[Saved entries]
-----
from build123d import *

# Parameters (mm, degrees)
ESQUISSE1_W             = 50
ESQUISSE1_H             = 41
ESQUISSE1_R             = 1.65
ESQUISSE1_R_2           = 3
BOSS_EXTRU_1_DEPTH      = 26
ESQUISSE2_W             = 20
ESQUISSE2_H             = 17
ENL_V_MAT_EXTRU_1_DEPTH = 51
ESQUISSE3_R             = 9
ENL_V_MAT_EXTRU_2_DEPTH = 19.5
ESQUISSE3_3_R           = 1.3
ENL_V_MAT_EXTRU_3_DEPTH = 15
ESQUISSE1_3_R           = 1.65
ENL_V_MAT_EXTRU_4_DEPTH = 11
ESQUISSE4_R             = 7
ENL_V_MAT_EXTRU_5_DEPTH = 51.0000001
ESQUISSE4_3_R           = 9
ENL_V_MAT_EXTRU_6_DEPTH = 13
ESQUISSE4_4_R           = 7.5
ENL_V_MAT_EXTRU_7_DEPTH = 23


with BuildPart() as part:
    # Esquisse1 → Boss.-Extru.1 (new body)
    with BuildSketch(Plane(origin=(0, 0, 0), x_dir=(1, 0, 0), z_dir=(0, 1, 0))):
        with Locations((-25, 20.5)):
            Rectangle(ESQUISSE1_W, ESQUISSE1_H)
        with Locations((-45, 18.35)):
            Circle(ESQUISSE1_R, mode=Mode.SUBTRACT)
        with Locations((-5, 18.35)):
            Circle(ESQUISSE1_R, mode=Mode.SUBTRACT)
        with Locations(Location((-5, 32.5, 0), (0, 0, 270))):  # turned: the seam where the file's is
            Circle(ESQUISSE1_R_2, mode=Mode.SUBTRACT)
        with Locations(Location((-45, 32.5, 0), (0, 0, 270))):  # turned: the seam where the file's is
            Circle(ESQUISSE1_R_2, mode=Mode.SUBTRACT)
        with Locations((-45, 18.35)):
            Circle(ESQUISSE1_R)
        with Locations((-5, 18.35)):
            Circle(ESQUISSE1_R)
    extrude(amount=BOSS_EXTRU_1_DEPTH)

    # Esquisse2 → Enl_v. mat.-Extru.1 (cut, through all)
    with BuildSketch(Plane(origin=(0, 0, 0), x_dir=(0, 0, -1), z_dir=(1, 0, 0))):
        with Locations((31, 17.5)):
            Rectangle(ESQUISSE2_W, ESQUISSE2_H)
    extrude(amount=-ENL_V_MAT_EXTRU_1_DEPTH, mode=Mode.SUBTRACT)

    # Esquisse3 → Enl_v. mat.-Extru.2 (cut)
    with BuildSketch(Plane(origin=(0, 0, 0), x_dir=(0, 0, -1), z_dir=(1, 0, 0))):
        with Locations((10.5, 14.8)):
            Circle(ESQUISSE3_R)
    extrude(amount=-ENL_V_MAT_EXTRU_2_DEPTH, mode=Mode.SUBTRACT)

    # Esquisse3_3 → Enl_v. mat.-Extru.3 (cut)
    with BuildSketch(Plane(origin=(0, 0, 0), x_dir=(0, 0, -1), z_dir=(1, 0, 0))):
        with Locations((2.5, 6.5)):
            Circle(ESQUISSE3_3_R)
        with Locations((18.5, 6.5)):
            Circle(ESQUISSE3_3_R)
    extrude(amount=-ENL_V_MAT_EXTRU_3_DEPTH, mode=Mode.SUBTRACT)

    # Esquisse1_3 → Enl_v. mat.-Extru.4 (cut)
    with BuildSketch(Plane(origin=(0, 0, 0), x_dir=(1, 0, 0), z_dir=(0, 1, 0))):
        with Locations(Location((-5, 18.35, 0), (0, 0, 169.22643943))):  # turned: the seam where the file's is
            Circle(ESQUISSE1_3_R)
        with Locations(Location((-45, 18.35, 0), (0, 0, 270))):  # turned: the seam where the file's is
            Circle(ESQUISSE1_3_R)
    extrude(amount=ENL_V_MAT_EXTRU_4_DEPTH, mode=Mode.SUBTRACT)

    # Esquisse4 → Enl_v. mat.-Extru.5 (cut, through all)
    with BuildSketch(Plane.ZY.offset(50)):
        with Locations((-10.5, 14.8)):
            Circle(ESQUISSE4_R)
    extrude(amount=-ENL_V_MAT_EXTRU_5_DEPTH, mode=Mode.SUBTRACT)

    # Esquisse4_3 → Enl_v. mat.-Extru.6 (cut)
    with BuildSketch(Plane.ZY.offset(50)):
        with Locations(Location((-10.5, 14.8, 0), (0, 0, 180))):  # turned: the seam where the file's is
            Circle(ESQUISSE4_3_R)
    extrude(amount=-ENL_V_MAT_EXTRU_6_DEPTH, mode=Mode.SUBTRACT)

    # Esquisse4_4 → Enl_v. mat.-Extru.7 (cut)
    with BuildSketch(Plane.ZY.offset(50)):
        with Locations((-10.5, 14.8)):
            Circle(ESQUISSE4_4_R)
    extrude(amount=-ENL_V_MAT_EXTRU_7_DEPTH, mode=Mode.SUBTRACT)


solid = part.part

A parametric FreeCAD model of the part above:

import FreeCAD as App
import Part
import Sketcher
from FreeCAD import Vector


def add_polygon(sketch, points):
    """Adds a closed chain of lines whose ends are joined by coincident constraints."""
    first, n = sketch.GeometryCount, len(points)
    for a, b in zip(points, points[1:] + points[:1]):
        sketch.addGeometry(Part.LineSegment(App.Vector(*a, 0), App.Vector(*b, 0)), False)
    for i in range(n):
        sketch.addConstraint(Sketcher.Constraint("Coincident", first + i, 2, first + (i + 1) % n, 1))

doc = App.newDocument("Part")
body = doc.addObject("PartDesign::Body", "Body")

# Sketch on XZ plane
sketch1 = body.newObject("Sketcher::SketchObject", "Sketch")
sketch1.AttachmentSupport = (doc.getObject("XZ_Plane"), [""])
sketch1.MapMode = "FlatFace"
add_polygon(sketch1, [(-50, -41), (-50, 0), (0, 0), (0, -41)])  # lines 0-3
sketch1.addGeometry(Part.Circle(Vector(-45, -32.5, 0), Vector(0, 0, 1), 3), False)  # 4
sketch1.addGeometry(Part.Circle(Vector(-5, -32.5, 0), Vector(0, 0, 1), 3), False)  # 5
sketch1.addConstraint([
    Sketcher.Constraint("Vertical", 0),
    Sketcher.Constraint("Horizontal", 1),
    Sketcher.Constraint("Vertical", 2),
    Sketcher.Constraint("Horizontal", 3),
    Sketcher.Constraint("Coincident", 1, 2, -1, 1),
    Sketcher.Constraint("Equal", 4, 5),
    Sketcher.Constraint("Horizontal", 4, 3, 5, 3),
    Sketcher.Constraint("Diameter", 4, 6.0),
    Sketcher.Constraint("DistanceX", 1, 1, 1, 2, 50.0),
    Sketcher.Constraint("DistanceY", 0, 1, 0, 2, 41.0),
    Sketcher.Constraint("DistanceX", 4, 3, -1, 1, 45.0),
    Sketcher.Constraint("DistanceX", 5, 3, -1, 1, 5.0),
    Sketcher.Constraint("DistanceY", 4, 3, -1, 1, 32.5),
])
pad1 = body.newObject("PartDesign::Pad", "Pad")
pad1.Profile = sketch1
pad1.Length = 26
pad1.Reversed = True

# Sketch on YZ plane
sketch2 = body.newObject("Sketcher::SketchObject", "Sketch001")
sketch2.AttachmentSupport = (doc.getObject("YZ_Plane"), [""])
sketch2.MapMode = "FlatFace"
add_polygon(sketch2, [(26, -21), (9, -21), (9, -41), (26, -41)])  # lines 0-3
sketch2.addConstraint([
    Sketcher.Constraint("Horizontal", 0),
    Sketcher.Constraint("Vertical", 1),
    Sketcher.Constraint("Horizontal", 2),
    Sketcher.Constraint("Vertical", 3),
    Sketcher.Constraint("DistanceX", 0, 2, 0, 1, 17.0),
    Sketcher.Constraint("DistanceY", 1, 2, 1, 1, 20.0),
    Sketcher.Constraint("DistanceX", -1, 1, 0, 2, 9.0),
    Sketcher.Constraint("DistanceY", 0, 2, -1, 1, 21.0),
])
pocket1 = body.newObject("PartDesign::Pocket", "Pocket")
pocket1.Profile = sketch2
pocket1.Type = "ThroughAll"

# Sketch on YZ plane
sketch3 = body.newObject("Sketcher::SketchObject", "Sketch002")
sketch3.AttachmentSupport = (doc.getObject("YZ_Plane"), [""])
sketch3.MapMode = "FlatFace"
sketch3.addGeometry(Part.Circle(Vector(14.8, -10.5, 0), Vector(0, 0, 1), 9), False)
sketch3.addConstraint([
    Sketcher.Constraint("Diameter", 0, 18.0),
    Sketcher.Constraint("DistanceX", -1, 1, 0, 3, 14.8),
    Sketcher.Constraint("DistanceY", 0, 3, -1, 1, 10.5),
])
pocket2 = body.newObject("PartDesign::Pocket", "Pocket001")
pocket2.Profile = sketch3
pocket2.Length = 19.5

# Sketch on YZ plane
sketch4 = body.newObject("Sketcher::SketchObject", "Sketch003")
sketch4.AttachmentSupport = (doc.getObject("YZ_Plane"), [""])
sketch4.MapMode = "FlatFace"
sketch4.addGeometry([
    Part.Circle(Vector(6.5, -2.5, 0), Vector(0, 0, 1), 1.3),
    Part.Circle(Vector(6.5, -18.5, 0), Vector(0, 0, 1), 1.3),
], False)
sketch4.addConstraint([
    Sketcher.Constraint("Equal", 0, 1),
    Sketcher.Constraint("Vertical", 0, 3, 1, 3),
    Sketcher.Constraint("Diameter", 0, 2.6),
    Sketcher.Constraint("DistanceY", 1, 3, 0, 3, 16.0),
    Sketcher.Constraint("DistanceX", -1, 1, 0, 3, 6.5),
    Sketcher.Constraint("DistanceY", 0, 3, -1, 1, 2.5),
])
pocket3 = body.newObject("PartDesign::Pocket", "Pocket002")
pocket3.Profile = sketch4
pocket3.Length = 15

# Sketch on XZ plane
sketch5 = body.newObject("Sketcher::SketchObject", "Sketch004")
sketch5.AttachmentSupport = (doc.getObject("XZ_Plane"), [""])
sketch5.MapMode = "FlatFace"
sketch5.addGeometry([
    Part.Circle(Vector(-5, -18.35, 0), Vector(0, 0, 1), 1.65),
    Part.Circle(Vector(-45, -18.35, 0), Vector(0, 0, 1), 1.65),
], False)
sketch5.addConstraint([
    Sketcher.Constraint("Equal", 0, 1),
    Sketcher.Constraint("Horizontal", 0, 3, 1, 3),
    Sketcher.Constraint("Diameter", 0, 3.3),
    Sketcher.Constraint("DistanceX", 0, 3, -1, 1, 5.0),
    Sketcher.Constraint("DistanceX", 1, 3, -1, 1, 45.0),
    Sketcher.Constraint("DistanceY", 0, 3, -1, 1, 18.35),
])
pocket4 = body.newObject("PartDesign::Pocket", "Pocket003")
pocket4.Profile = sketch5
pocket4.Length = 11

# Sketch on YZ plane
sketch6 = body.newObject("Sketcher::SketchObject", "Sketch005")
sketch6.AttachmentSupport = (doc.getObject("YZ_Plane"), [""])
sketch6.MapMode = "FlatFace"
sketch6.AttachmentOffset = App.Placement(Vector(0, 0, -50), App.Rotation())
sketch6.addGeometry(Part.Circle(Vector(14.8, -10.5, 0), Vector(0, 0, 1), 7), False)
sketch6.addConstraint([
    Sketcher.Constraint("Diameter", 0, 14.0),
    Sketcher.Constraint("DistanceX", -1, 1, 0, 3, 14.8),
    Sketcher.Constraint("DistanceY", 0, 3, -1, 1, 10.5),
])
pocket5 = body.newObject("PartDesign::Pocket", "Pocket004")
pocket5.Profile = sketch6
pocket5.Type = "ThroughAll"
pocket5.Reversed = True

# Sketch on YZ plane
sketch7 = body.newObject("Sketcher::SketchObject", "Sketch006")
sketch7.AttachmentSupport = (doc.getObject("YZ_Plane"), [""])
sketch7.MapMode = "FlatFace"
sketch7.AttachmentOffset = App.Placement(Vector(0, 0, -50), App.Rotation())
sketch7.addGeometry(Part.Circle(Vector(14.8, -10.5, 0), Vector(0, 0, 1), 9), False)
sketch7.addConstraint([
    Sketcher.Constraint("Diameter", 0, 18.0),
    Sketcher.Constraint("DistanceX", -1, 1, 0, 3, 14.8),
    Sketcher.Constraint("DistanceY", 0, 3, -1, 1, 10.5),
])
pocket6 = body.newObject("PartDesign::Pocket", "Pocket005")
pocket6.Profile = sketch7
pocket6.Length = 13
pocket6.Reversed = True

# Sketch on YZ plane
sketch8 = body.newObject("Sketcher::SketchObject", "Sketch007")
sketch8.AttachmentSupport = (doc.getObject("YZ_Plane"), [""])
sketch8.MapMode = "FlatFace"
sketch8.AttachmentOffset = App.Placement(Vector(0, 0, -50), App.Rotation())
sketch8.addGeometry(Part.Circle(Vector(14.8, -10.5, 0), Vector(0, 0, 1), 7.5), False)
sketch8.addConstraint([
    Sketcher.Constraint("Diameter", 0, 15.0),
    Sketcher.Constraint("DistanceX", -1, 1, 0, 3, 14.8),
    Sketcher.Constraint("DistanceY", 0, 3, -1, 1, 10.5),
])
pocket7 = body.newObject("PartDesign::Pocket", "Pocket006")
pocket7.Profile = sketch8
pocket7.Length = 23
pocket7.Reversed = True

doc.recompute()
-----
WORK INSTRUCTIONS
Determine how many lines in the records include the string "seam". Only that number should be given.

TASK SOLUTION
5